从R到从.html文件中提取的典型解析功能似乎会删除很多内容 - 我认为这些配置文件页面结构不太好。
我将在此处放置一个Dropbox链接到示例文件(输入和输出) - > 。在文件中,“ test2_simple_pagecode.txt”中,它具有示例配置文件的页面源代码。一个人可以将其更改为.html扩展程序,并将其放在浏览器中并查看页面。我要做的是将该文件放在浏览器窗口中,然后将整个页面的文本剪切并粘贴到一个单独的文件中,例如“ test2_simple_cutpaste.txt”中的示例。这样,新文件仅具有在配置文件中实际看到的单词。
I have saved pages web pages in text (as .txt files), lots of them. These are public profile pages from a social media site. I want to do a rough measure of how much stuff is on these profile pages. When I save these text files as .html, then open them in a browser, I can see the profile presented. But the text file is a poor indication of how developed the content is on the profile page. If I do character counts on this, it is completely uncorrelated to how developed the viewable profile is (so I learned that html files are such are not good proxies of what shows up when you view the file, since there is a lot of text that does not get rendered in browser windows).
The typical parsing functions from r to extract from .html files seems to drop a lot of the content - I think these profile pages are not very well structured.

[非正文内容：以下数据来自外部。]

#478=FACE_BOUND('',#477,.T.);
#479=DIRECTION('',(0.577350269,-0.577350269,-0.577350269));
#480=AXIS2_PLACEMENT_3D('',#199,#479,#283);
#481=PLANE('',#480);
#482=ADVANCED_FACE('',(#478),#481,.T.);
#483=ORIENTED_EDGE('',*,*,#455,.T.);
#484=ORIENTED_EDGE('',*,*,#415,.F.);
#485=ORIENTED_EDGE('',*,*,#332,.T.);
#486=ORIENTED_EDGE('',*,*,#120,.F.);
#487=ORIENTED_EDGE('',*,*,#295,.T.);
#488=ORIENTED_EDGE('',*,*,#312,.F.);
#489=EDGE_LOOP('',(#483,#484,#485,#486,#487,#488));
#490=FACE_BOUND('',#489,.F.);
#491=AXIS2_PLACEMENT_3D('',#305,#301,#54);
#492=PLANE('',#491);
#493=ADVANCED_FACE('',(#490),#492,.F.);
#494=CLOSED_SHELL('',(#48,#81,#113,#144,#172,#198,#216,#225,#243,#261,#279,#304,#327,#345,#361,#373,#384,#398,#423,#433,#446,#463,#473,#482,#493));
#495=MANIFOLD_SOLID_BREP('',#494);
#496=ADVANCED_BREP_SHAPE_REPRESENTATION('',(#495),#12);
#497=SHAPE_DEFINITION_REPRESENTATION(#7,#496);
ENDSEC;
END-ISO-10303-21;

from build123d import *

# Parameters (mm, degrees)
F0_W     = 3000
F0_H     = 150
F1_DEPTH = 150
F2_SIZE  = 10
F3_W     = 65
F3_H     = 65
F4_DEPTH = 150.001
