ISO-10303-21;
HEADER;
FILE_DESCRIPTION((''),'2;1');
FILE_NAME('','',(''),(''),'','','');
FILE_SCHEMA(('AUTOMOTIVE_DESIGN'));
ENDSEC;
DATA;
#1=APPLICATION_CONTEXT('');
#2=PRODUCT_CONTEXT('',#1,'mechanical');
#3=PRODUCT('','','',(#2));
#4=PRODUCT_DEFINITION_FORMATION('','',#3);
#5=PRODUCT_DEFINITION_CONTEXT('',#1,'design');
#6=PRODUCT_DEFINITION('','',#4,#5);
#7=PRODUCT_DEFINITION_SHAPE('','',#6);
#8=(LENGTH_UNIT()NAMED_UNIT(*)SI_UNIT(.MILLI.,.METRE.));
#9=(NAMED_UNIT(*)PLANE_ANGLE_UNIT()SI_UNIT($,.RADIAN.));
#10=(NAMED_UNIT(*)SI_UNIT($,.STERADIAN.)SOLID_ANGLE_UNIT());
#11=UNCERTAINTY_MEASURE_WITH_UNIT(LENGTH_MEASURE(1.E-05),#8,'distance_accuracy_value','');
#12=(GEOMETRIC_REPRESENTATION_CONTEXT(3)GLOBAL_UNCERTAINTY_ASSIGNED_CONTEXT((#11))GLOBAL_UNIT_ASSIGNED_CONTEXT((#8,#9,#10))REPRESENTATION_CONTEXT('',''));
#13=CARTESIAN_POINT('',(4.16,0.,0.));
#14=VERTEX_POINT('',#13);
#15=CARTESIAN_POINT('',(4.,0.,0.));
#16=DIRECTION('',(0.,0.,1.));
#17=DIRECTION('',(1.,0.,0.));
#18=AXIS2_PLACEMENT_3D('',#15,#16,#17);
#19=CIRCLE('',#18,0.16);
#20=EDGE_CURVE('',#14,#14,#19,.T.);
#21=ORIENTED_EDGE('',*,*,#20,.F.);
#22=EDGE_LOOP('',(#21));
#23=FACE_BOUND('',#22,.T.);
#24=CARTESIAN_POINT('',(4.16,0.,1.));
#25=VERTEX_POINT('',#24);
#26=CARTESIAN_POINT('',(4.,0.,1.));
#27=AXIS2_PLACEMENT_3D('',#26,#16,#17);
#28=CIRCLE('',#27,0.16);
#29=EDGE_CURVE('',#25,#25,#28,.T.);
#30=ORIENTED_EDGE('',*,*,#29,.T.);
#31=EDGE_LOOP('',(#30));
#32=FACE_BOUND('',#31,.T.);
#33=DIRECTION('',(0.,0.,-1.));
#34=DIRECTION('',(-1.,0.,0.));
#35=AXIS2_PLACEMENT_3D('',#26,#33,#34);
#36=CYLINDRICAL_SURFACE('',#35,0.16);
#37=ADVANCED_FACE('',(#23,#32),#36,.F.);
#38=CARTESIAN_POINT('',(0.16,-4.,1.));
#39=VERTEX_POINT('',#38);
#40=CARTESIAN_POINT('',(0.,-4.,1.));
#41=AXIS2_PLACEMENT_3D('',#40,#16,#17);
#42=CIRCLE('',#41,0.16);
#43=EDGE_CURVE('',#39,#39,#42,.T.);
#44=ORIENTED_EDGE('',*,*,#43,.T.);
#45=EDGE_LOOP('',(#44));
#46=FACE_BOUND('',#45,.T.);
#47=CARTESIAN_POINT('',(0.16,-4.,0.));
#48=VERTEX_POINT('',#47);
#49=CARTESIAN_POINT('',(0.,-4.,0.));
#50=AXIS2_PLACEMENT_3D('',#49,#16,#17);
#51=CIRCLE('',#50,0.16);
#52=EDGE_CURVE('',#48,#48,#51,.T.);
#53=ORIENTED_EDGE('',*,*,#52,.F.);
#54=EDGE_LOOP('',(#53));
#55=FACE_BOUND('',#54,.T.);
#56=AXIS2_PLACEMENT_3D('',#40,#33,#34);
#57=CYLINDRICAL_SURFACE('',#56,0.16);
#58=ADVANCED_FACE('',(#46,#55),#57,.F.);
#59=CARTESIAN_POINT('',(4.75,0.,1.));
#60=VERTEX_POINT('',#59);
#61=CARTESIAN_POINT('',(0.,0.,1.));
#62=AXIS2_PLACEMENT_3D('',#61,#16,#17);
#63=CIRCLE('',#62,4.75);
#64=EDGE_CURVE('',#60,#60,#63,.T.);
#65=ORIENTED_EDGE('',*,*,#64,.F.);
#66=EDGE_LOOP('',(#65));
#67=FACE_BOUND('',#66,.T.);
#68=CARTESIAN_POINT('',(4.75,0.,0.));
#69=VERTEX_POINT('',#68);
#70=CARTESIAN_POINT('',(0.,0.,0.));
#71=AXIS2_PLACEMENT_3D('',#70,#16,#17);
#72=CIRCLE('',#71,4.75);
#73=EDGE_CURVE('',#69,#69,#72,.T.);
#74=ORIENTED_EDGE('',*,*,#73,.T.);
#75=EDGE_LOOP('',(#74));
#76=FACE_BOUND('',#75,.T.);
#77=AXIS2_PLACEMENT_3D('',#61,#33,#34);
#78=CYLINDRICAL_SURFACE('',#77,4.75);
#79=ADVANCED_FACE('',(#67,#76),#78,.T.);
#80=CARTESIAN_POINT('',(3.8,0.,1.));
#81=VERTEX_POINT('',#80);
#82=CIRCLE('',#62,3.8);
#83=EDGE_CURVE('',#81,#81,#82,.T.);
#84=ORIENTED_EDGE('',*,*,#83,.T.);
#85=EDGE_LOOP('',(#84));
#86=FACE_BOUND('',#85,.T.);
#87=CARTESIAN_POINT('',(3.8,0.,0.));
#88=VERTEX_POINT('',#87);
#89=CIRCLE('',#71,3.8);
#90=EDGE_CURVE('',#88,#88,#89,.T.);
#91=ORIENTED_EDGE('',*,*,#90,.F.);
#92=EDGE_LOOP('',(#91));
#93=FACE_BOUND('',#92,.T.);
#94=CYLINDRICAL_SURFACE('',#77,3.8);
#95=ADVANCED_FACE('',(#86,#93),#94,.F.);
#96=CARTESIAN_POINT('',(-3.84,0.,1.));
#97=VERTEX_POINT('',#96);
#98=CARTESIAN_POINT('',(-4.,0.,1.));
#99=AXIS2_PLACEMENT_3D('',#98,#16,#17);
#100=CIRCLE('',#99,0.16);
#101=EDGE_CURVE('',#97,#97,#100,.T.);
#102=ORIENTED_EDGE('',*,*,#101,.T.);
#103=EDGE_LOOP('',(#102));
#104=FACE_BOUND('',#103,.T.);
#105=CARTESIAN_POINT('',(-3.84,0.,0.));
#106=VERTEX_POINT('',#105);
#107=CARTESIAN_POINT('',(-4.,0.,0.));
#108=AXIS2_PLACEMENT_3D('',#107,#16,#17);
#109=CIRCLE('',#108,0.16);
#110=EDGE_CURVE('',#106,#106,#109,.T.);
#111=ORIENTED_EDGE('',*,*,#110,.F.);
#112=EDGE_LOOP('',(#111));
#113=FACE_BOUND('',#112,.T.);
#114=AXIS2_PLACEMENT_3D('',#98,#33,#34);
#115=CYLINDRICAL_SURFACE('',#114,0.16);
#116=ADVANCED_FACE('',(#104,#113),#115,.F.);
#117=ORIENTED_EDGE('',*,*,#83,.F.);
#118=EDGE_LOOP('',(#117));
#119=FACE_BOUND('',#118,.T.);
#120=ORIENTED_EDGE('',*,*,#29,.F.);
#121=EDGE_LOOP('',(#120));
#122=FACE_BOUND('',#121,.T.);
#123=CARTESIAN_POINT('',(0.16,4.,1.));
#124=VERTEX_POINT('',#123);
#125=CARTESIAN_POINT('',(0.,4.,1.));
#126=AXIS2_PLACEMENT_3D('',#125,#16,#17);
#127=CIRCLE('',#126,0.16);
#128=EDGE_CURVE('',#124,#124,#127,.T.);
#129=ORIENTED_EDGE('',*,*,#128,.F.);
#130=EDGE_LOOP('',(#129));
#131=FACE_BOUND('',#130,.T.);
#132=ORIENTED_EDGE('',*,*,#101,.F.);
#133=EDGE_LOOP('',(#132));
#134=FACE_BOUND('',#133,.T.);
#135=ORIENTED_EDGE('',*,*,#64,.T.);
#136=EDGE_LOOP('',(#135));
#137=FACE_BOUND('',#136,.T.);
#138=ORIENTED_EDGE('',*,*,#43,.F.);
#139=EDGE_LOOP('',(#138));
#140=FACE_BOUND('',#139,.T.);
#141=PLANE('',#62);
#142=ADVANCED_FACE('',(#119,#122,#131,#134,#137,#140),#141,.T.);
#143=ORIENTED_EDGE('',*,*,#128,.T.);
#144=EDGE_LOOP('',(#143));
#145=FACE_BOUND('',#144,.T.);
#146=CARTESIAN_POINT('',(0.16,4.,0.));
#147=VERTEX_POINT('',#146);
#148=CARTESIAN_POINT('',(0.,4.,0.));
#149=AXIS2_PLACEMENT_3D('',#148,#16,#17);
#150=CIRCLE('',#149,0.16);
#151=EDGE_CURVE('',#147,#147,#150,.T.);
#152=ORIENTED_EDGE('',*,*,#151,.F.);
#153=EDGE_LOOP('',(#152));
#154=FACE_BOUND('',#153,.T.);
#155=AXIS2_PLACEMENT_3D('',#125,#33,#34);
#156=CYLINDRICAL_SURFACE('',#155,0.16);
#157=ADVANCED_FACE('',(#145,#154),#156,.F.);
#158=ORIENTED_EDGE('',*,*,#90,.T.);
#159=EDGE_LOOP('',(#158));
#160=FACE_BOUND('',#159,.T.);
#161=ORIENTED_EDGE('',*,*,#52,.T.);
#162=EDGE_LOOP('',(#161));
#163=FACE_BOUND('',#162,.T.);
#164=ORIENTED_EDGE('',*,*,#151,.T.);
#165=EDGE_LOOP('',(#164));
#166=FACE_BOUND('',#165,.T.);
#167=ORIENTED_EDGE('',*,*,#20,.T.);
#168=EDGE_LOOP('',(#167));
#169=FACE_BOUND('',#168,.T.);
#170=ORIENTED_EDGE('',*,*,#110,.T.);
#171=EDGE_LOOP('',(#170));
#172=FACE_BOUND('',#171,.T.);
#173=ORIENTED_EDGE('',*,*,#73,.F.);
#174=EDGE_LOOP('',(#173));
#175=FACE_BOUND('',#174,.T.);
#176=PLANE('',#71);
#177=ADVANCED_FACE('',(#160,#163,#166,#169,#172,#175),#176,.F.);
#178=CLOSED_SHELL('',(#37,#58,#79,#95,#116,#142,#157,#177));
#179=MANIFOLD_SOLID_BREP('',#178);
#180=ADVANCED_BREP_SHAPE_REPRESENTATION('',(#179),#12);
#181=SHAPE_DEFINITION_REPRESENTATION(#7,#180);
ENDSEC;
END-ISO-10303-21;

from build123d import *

# Parameters (mm, degrees)
ESQUISSE1_R        = 4.75
ESQUISSE1_R_2      = 3.8
ESQUISSE1_R_3      = 0.16
BOSS_EXTRU_1_DEPTH = 1


with BuildPart() as part:
    # Esquisse1 → Boss.-Extru.1 (new body)
    with BuildSketch(Plane.XY):
        Circle(ESQUISSE1_R)
        Circle(ESQUISSE1_R_2, mode=Mode.SUBTRACT)
        with Locations((0, 4)):
            Circle(ESQUISSE1_R_3, mode=Mode.SUBTRACT)
        with Locations((4, 0)):
            Circle(ESQUISSE1_R_3, mode=Mode.SUBTRACT)
        with Locations((0, -4)):
            Circle(ESQUISSE1_R_3, mode=Mode.SUBTRACT)
        with Locations((-4, 0)):
            Circle(ESQUISSE1_R_3, mode=Mode.SUBTRACT)
    extrude(amount=BOSS_EXTRU_1_DEPTH)


solid = part.part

I can open these files in an application like chrome from R. But is there a way (programmatically from R) to cut/paste the text rendered in Chrome to another file, as a way of measuring the text that appears in these profiles? I would like to create something automated from R, and loop it.
I'll place a dropbox link to example files (input and output) here -> https://www.dropbox.com/sh/4fqxwbj74tnfaxq/AACtexD7OVYYrMoTDrudbacba?dl=0. In the file, "test2_simple_pagecode.txt", this has the page source code of a sample profile. One could change this to a .html extension, and bring it up in a browser and view the page. What I want to do is bring that file up in a browser window, then cut and paste the text of the entire page into a separate file like the example in "test2_simple_cutpaste.txt". This way, the new file only has words that are actually seen in the profile.

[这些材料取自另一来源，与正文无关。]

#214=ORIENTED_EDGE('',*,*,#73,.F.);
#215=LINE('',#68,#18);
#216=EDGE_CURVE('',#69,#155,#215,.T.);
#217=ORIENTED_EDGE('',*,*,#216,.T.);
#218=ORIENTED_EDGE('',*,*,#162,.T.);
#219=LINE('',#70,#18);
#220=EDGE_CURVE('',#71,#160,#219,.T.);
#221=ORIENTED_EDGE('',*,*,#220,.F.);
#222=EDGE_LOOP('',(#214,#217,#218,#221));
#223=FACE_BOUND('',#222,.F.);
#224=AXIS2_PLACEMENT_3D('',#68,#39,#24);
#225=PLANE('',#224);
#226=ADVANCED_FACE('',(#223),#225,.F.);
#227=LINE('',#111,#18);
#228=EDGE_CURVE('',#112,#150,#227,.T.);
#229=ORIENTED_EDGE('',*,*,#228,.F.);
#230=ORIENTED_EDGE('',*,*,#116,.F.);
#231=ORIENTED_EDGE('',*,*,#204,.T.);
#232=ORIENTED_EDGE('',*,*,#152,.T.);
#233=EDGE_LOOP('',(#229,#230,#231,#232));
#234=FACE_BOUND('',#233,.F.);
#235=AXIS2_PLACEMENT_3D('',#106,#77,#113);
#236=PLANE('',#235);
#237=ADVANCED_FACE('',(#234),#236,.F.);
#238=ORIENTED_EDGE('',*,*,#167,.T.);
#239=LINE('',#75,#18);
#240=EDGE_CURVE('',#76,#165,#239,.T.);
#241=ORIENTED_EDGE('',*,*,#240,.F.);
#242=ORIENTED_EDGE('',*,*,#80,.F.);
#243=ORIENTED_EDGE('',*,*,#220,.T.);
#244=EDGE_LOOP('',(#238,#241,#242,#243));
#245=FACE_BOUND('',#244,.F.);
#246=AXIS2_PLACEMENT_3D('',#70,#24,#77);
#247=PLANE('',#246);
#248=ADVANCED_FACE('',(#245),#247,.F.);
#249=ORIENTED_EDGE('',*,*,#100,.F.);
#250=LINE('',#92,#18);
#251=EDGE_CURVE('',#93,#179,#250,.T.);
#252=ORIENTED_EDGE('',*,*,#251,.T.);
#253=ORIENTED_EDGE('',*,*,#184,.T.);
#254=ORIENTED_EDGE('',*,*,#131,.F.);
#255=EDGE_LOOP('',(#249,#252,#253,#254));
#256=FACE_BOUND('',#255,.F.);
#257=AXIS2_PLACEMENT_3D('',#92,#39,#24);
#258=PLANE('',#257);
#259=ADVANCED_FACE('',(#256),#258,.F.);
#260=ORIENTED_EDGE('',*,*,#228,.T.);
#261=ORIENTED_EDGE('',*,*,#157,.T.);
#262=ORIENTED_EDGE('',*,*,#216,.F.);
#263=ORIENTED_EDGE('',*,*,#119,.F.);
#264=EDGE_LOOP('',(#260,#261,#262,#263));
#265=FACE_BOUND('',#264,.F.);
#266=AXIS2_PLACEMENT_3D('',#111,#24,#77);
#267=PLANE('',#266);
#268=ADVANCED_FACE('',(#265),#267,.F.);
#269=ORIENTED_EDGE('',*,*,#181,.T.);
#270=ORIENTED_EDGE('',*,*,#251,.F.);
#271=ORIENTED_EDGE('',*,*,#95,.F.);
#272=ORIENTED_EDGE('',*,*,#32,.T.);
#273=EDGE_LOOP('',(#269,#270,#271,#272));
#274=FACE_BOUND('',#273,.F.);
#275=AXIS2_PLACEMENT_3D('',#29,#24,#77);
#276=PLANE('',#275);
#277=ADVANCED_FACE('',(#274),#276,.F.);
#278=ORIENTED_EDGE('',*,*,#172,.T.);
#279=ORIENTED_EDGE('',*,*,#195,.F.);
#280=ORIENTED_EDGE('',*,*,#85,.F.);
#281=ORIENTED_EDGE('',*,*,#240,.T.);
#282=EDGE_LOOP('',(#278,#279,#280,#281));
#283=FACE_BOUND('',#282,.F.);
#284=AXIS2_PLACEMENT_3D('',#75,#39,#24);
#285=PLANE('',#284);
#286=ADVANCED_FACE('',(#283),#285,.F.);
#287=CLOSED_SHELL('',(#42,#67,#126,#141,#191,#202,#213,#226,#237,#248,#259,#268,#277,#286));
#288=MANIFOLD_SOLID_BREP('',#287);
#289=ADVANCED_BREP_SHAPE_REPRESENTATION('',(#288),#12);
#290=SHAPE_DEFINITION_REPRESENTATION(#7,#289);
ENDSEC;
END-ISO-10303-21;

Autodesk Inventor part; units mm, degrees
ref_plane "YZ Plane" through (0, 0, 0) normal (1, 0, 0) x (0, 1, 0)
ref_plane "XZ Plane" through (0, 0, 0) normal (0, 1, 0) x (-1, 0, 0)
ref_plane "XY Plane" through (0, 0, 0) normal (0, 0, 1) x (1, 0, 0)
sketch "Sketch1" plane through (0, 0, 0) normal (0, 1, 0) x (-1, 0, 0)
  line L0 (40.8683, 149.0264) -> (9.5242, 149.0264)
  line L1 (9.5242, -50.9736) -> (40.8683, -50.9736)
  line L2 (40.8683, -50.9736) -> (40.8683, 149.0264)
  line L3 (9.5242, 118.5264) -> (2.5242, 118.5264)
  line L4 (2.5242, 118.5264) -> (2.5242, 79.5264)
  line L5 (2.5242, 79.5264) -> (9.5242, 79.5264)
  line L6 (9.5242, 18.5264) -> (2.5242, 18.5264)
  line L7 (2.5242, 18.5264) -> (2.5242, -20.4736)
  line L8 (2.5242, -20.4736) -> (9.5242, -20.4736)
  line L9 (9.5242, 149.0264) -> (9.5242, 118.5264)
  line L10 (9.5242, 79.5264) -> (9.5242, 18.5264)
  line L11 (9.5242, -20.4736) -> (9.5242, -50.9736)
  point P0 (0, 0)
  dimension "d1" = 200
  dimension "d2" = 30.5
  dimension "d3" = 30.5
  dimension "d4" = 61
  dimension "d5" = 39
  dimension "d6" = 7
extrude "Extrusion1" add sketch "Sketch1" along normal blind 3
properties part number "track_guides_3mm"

此页面严重依赖JavaScript来渲染页面。我建议您研究rselenium来处理页面。 Rselenium将能够处理JavaScript,您将能够使用“ rvest”软件包来提取感兴趣的信息。
This page relies heavily on javascript to render the page. I suggest looking into rselenium to process the page. RSelenium will be able to process the javascript and you would be able to use the "rvest" package to extract the information of interest.
Here is very quick and very dirty way to extract the information stored in the person’s profile, but there is also a lot of extraneous information stored there also.
It appears that the information in profile is stored as JSON data in a comment in the html code. The example below extracts that comment, removes the unicode character and parses the JSON data.